So selektieren Sie Gene vor dem log2-Verhältnis auf einer RNASeq-Genexpressionsmatrix, basierend auf dem Signalmedian

Ich möchte eine TCGA-mRNA-Expressionsmatrix (im linearen Datenformat) in log 2 -Verhältnisse umwandeln und dann eine Merkmalsauswahl (Genauswahl) durchführen, bei der die 1000 Gene mit den meisten Varianten (Gene mit höherer Standardabweichung über Proben hinweg) ausgewählt werden.
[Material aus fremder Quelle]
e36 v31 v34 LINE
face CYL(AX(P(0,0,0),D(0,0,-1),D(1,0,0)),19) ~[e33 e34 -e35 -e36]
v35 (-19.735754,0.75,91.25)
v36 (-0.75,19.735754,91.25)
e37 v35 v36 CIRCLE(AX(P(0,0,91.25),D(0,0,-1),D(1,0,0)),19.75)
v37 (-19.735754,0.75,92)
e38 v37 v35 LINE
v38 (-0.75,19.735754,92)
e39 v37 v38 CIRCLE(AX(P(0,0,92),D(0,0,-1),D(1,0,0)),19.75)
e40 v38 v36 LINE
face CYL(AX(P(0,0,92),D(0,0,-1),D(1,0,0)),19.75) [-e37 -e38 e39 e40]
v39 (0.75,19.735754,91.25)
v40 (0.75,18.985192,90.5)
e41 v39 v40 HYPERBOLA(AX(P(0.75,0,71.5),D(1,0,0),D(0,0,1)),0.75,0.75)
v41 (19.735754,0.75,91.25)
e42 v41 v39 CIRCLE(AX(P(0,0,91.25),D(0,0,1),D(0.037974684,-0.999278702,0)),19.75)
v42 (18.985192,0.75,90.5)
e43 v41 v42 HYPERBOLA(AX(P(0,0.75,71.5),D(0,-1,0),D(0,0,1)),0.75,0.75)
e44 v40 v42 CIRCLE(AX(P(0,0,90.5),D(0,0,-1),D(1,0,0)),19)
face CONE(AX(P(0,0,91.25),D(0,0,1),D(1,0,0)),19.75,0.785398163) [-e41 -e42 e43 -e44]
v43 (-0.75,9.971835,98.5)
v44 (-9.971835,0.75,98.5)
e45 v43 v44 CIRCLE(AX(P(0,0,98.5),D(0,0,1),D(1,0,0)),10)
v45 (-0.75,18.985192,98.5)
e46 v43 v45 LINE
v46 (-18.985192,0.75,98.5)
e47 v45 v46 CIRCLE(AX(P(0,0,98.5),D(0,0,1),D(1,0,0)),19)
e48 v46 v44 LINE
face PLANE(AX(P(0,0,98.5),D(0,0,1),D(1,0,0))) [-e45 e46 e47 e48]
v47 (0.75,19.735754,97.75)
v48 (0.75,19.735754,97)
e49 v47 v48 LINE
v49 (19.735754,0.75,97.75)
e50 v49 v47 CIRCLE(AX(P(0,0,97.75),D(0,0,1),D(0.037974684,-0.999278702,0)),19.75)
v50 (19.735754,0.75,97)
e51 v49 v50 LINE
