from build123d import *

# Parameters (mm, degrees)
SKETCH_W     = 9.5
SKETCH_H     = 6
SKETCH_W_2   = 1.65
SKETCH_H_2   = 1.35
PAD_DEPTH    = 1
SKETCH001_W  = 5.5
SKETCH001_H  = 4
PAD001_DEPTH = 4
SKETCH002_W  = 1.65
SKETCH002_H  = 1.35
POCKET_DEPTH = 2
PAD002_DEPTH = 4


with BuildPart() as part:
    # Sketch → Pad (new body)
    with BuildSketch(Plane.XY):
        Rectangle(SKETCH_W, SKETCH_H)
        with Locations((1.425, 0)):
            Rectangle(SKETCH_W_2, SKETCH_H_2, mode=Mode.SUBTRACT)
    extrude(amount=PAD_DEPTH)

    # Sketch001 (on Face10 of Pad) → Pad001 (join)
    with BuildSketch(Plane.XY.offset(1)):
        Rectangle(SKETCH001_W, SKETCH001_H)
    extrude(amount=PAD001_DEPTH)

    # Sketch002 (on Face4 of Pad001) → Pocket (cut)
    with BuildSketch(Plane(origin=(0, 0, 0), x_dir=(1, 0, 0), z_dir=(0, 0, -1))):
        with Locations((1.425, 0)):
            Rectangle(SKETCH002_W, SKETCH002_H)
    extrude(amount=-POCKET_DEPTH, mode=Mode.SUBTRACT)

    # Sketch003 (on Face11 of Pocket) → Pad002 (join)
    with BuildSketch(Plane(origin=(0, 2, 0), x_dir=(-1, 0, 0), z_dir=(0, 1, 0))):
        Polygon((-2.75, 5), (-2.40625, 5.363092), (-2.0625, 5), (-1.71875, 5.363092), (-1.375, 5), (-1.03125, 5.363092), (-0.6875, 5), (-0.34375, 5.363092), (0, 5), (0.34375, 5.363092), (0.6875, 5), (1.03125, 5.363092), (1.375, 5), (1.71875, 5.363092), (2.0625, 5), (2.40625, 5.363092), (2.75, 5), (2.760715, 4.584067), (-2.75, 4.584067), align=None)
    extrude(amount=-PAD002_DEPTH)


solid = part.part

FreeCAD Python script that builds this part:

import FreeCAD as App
import Part
import Sketcher

V = App.Vector

doc = App.newDocument("Part")
body = doc.addObject("PartDesign::Body", "Body")

sketch1 = doc.addObject("Sketcher::SketchObject", "Sketch")
body.addObject(sketch1)
sketch1.AttachmentSupport = (doc.XY_Plane, [""])
sketch1.MapMode = "FlatFace"
sketch1.addGeometry(Part.LineSegment(V(-4.75, 3, 0), V(-4.75, -3, 0)), False)
sketch1.addGeometry(Part.LineSegment(V(-4.75, -3, 0), V(4.75, -3, 0)), False)
sketch1.addGeometry(Part.LineSegment(V(4.75, -3, 0), V(4.75, 3, 0)), False)
sketch1.addGeometry(Part.LineSegment(V(4.75, 3, 0), V(-4.75, 3, 0)), False)
sketch1.addGeometry(Part.LineSegment(V(2.25, -0.675, 0), V(0.6, -0.675, 0)), False)
sketch1.addGeometry(Part.LineSegment(V(0.6, -0.675, 0), V(0.6, 0.675, 0)), False)
sketch1.addGeometry(Part.LineSegment(V(0.6, 0.675, 0), V(2.25, 0.675, 0)), False)
sketch1.addGeometry(Part.LineSegment(V(2.25, 0.675, 0), V(2.25, -0.675, 0)), False)
sketch1.addConstraint(Sketcher.Constraint("Coincident", 0, 2, 1, 1))
sketch1.addConstraint(Sketcher.Constraint("Coincident", 1, 2, 2, 1))
sketch1.addConstraint(Sketcher.Constraint("Coincident", 2, 2, 3, 1))
sketch1.addConstraint(Sketcher.Constraint("Coincident", 3, 2, 0, 1))
sketch1.addConstraint(Sketcher.Constraint("Coincident", 4, 2, 5, 1))
sketch1.addConstraint(Sketcher.Constraint("Coincident", 5, 2, 6, 1))
sketch1.addConstraint(Sketcher.Constraint("Coincident", 6, 2, 7, 1))
sketch1.addConstraint(Sketcher.Constraint("Coincident", 7, 2, 4, 1))
sketch1.addConstraint(Sketcher.Constraint("Vertical", 0))
sketch1.addConstraint(Sketcher.Constraint("Horizontal", 1))
sketch1.addConstraint(Sketcher.Constraint("Vertical", 2))
sketch1.addConstraint(Sketcher.Constraint("Horizontal", 3))
sketch1.addConstraint(Sketcher.Constraint("Horizontal", 4))
sketch1.addConstraint(Sketcher.Constraint("Vertical", 5))
sketch1.addConstraint(Sketcher.Constraint("Horizontal", 6))
sketch1.addConstraint(Sketcher.Constraint("Vertical", 7))
sketch1.addConstraint(Sketcher.Constraint("Symmetric", 0, 2, 2, 2, -1, 1))
sketch1.addConstraint(Sketcher.Constraint("DistanceY", 0, 2, 0, 1, 6.0))
sketch1.addConstraint(Sketcher.Constraint("DistanceX", 1, 1, 1, 2, 9.5))
sketch1.addConstraint(Sketcher.Constraint("DistanceX", 3, 2, 6, 2, 7.0))
sketch1.addConstraint(Sketcher.Constraint("DistanceX", 4, 2, 4, 1, 1.65))
sketch1.addConstraint(Sketcher.Constraint("DistanceY", 5, 1, 5, 2, 1.35))
sketch1.addConstraint(Sketcher.Constraint("DistanceY", 4, 2, -1, 1, 0.675))
pad1 = doc.addObject("PartDesign::Pad", "Pad")
body.addObject(pad1)
pad1.Profile = sketch1
pad1.Length = 1

sketch2 = doc.addObject("Sketcher::SketchObject", "Sketch001")
body.addObject(sketch2)
sketch2.AttachmentSupport = (doc.XY_Plane, [""])
sketch2.MapMode = "FlatFace"
sketch2.AttachmentOffset = App.Placement(V(0, 0, 1), App.Rotation())
sketch2.addGeometry(Part.LineSegment(V(-2.75, 2, 0), V(-2.75, -2, 0)), False)
sketch2.addGeometry(Part.LineSegment(V(-2.75, -2, 0), V(2.75, -2, 0)), False)
sketch2.addGeometry(Part.LineSegment(V(2.75, -2, 0), V(2.75, 2, 0)), False)
sketch2.addGeometry(Part.LineSegment(V(2.75, 2, 0), V(-2.75, 2, 0)), False)
sketch2.addConstraint(Sketcher.Constraint("Coincident", 0, 2, 1, 1))
sketch2.addConstraint(Sketcher.Constraint("Coincident", 1, 2, 2, 1))
sketch2.addConstraint(Sketcher.Constraint("Coincident", 2, 2, 3, 1))
sketch2.addConstraint(Sketcher.Constraint("Coincident", 3, 2, 0, 1))
sketch2.addConstraint(Sketcher.Constraint("Vertical", 0))
sketch2.addConstraint(Sketcher.Constraint("Horizontal", 1))
sketch2.addConstraint(Sketcher.Constraint("Vertical", 2))
sketch2.addConstraint(Sketcher.Constraint("Horizontal", 3))
sketch2.addConstraint(Sketcher.Constraint("Symmetric", 0, 2, 2, 2, -1, 1))
sketch2.addConstraint(Sketcher.Constraint("DistanceY", 0, 2, 0, 1, 4.0))
sketch2.addConstraint(Sketcher.Constraint("DistanceX", 1, 1, 1, 2, 5.5))
pad2 = doc.addObject("PartDesign::Pad", "Pad001")
body.addObject(pad2)
pad2.Profile = sketch2
pad2.Length = 4

sketch3 = doc.addObject("Sketcher::SketchObject", "Sketch002")
body.addObject(sketch3)
sketch3.AttachmentSupport = (doc.XY_Plane, [""])
sketch3.MapMode = "FlatFace"
sketch3.addGeometry(Part.LineSegment(V(0.6, -0.675, 0), V(0.6, 0.675, 0)), False)
sketch3.addGeometry(Part.LineSegment(V(0.6, 0.675, 0), V(2.25, 0.675, 0)), False)
sketch3.addGeometry(Part.LineSegment(V(2.25, 0.675, 0), V(2.25, -0.675, 0)), False)
sketch3.addGeometry(Part.LineSegment(V(2.25, -0.675, 0), V(0.6, -0.675, 0)), False)
sketch3.addConstraint(Sketcher.Constraint("Coincident", 0, 2, 1, 1))
sketch3.addConstraint(Sketcher.Constraint("Coincident", 1, 2, 2, 1))
sketch3.addConstraint(Sketcher.Constraint("Coincident", 2, 2, 3, 1))
sketch3.addConstraint(Sketcher.Constraint("Coincident", 3, 2, 0, 1))
sketch3.addConstraint(Sketcher.Constraint("Vertical", 0))
sketch3.addConstraint(Sketcher.Constraint("Horizontal", 1))
sketch3.addConstraint(Sketcher.Constraint("Vertical", 2))
sketch3.addConstraint(Sketcher.Constraint("Horizontal", 3))
sketch3.addConstraint(Sketcher.Constraint("DistanceX", 1, 1, 1, 2, 1.65))
sketch3.addConstraint(Sketcher.Constraint("DistanceY", 0, 1, 0, 2, 1.35))
sketch3.addConstraint(Sketcher.Constraint("DistanceX", -1, 1, 0, 2, 0.6))
sketch3.addConstraint(Sketcher.Constraint("DistanceY", -1, 1, 0, 2, 0.675))
pocket1 = doc.addObject("PartDesign::Pocket", "Pocket")
body.addObject(pocket1)
pocket1.Profile = sketch3
pocket1.Length = 2
pocket1.Reversed = True

sketch4 = doc.addObject("Sketcher::SketchObject", "Sketch003")
body.addObject(sketch4)
sketch4.AttachmentSupport = (doc.XZ_Plane, [""])
sketch4.MapMode = "FlatFace"
sketch4.AttachmentOffset = App.Placement(V(0, 0, -2), App.Rotation())
sketch4.addGeometry(Part.LineSegment(V(2.40625, 5.363092, 0), V(2.75, 5, 0)), False)
sketch4.addGeometry(Part.LineSegment(V(2.75, 5, 0), V(2.75, 4.584067, 0)), False)
sketch4.addGeometry(Part.LineSegment(V(2.75, 4.584067, 0), V(-2.760715, 4.584067, 0)), False)
sketch4.addGeometry(Part.LineSegment(V(-2.760715, 4.584067, 0), V(-2.75, 5, 0)), False)
sketch4.addGeometry(Part.LineSegment(V(-2.75, 5, 0), V(-2.40625, 5.363092, 0)), False)
sketch4.addGeometry(Part.LineSegment(V(-2.40625, 5.363092, 0), V(-2.0625, 5, 0)), False)
sketch4.addGeometry(Part.LineSegment(V(-2.0625, 5, 0), V(-1.71875, 5.363092, 0)), False)
sketch4.addGeometry(Part.LineSegment(V(-1.71875, 5.363092, 0), V(-1.375, 5, 0)), False)
sketch4.addGeometry(Part.LineSegment(V(-1.375, 5, 0), V(-1.03125, 5.363092, 0)), False)
sketch4.addGeometry(Part.LineSegment(V(-1.03125, 5.363092, 0), V(-0.6875, 5, 0)), False)
sketch4.addGeometry(Part.LineSegment(V(-0.6875, 5, 0), V(-0.34375, 5.363092, 0)), False)
sketch4.addGeometry(Part.LineSegment(V(-0.34375, 5.363092, 0), V(0, 5, 0)), False)
sketch4.addGeometry(Part.LineSegment(V(0, 5, 0), V(0.34375, 5.363092, 0)), False)
sketch4.addGeometry(Part.LineSegment(V(0.34375, 5.363092, 0), V(0.6875, 5, 0)), False)
sketch4.addGeometry(Part.LineSegment(V(0.6875, 5, 0), V(1.03125, 5.363092, 0)), False)
sketch4.addGeometry(Part.LineSegment(V(1.03125, 5.363092, 0), V(1.375, 5, 0)), False)
sketch4.addGeometry(Part.LineSegment(V(1.375, 5, 0), V(1.71875, 5.363092, 0)), False)
sketch4.addGeometry(Part.LineSegment(V(1.71875, 5.363092, 0), V(2.0625, 5, 0)), False)
sketch4.addGeometry(Part.LineSegment(V(2.0625, 5, 0), V(2.40625, 5.363092, 0)), False)
sketch4.addConstraint(Sketcher.Constraint("Coincident", 0, 2, 1, 1))
sketch4.addConstraint(Sketcher.Constraint("Coincident", 1, 2, 2, 1))
sketch4.addConstraint(Sketcher.Constraint("Coincident", 2, 2, 3, 1))
sketch4.addConstraint(Sketcher.Constraint("Coincident", 3, 2, 4, 1))
sketch4.addConstraint(Sketcher.Constraint("Coincident", 4, 2, 5, 1))
sketch4.addConstraint(Sketcher.Constraint("Coincident", 5, 2, 6, 1))
sketch4.addConstraint(Sketcher.Constraint("Coincident", 6, 2, 7, 1))
sketch4.addConstraint(Sketcher.Constraint("Coincident", 7, 2, 8, 1))
sketch4.addConstraint(Sketcher.Constraint("Coincident", 8, 2, 9, 1))
sketch4.addConstraint(Sketcher.Constraint("Coincident", 9, 2, 10, 1))
sketch4.addConstraint(Sketcher.Constraint("Coincident", 10, 2, 11, 1))
sketch4.addConstraint(Sketcher.Constraint("Coincident", 11, 2, 12, 1))
sketch4.addConstraint(Sketcher.Constraint("Coincident", 12, 2, 13, 1))
sketch4.addConstraint(Sketcher.Constraint("Coincident", 13, 2, 14, 1))
sketch4.addConstraint(Sketcher.Constraint("Coincident", 14, 2, 15, 1))
sketch4.addConstraint(Sketcher.Constraint("Coincident", 15, 2, 16, 1))
sketch4.addConstraint(Sketcher.Constraint("Coincident", 16, 2, 17, 1))
sketch4.addConstraint(Sketcher.Constraint("Coincident", 17, 2, 18, 1))
sketch4.addConstraint(Sketcher.Constraint("Coincident", 18, 2, 0, 1))
sketch4.addConstraint(Sketcher.Constraint("Vertical", 1))
sketch4.addConstraint(Sketcher.Constraint("Horizontal", 2))
sketch4.addConstraint(Sketcher.Constraint("Symmetric", 0, 2, 3, 2, -2))
sketch4.addConstraint(Sketcher.Constraint("Symmetric", 10, 2, 12, 2, -2))
sketch4.addConstraint(Sketcher.Constraint("Symmetric", 9, 2, 13, 2, -2))
sketch4.addConstraint(Sketcher.Constraint("Symmetric", 8, 2, 14, 2, -2))
sketch4.addConstraint(Sketcher.Constraint("Symmetric", 7, 2, 15, 2, -2))
sketch4.addConstraint(Sketcher.Constraint("Symmetric", 6, 2, 16, 2, -2))
sketch4.addConstraint(Sketcher.Constraint("Symmetric", 5, 2, 17, 2, -2))
sketch4.addConstraint(Sketcher.Constraint("Symmetric", 4, 2, 18, 2, -2))
sketch4.addConstraint(Sketcher.Constraint("PointOnObject", 11, 2, -2))
sketch4.addConstraint(Sketcher.Constraint("Parallel", 0, 5))
sketch4.addConstraint(Sketcher.Constraint("Parallel", 4, 6))
sketch4.addConstraint(Sketcher.Constraint("Parallel", 5, 7))
sketch4.addConstraint(Sketcher.Constraint("Parallel", 6, 8))
sketch4.addConstraint(Sketcher.Constraint("Parallel", 7, 9))
sketch4.addConstraint(Sketcher.Constraint("Parallel", 8, 10))
sketch4.addConstraint(Sketcher.Constraint("Parallel", 9, 11))
sketch4.addConstraint(Sketcher.Constraint("Horizontal", 3, 2, 5, 2))
sketch4.addConstraint(Sketcher.Constraint("Horizontal", 4, 2, 6, 2))
sketch4.addConstraint(Sketcher.Constraint("Horizontal", 5, 2, 7, 2))
sketch4.addConstraint(Sketcher.Constraint("Horizontal", 6, 2, 8, 2))
sketch4.addConstraint(Sketcher.Constraint("Horizontal", 7, 2, 9, 2))
sketch4.addConstraint(Sketcher.Constraint("Horizontal", 8, 2, 10, 2))
sketch4.addConstraint(Sketcher.Constraint("Horizontal", 9, 2, 11, 2))
sketch4.addConstraint(Sketcher.Constraint("DistanceY", -1, 1, 0, 2, 5.0))
sketch4.addConstraint(Sketcher.Constraint("Distance", 0, 0.5))
sketch4.addConstraint(Sketcher.Constraint("DistanceX", 3, 2, 0, 2, 5.5))
sketch4.addConstraint(Sketcher.Constraint("Distance", 3, 0.416071))
sketch4.addConstraint(Sketcher.Constraint("DistanceX", 2, 2, 2, 1, 5.510715))
pad3 = doc.addObject("PartDesign::Pad", "Pad002")
body.addObject(pad3)
pad3.Profile = sketch4
pad3.Length = 4

doc.recompute()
Der Arbeitsablauf ist folgender:

  1. Wählen Sie "gute" Gene vor dem Log 2 -Verhältnis aus (Gene jeweils mit mittlerem Signal von mindestens t in p % der Proben);
  2. Führen Sie bei ausgewählten Genen das log 2 -Verhältnis aus, indem Sie jedes Gen durch sein mittleres Signal dividieren und dann die Ergebnismatrix log 2 -transformieren;
  3. Wählen Sie die 1000 Gene mit den meisten Varianten aus allen Proben aus.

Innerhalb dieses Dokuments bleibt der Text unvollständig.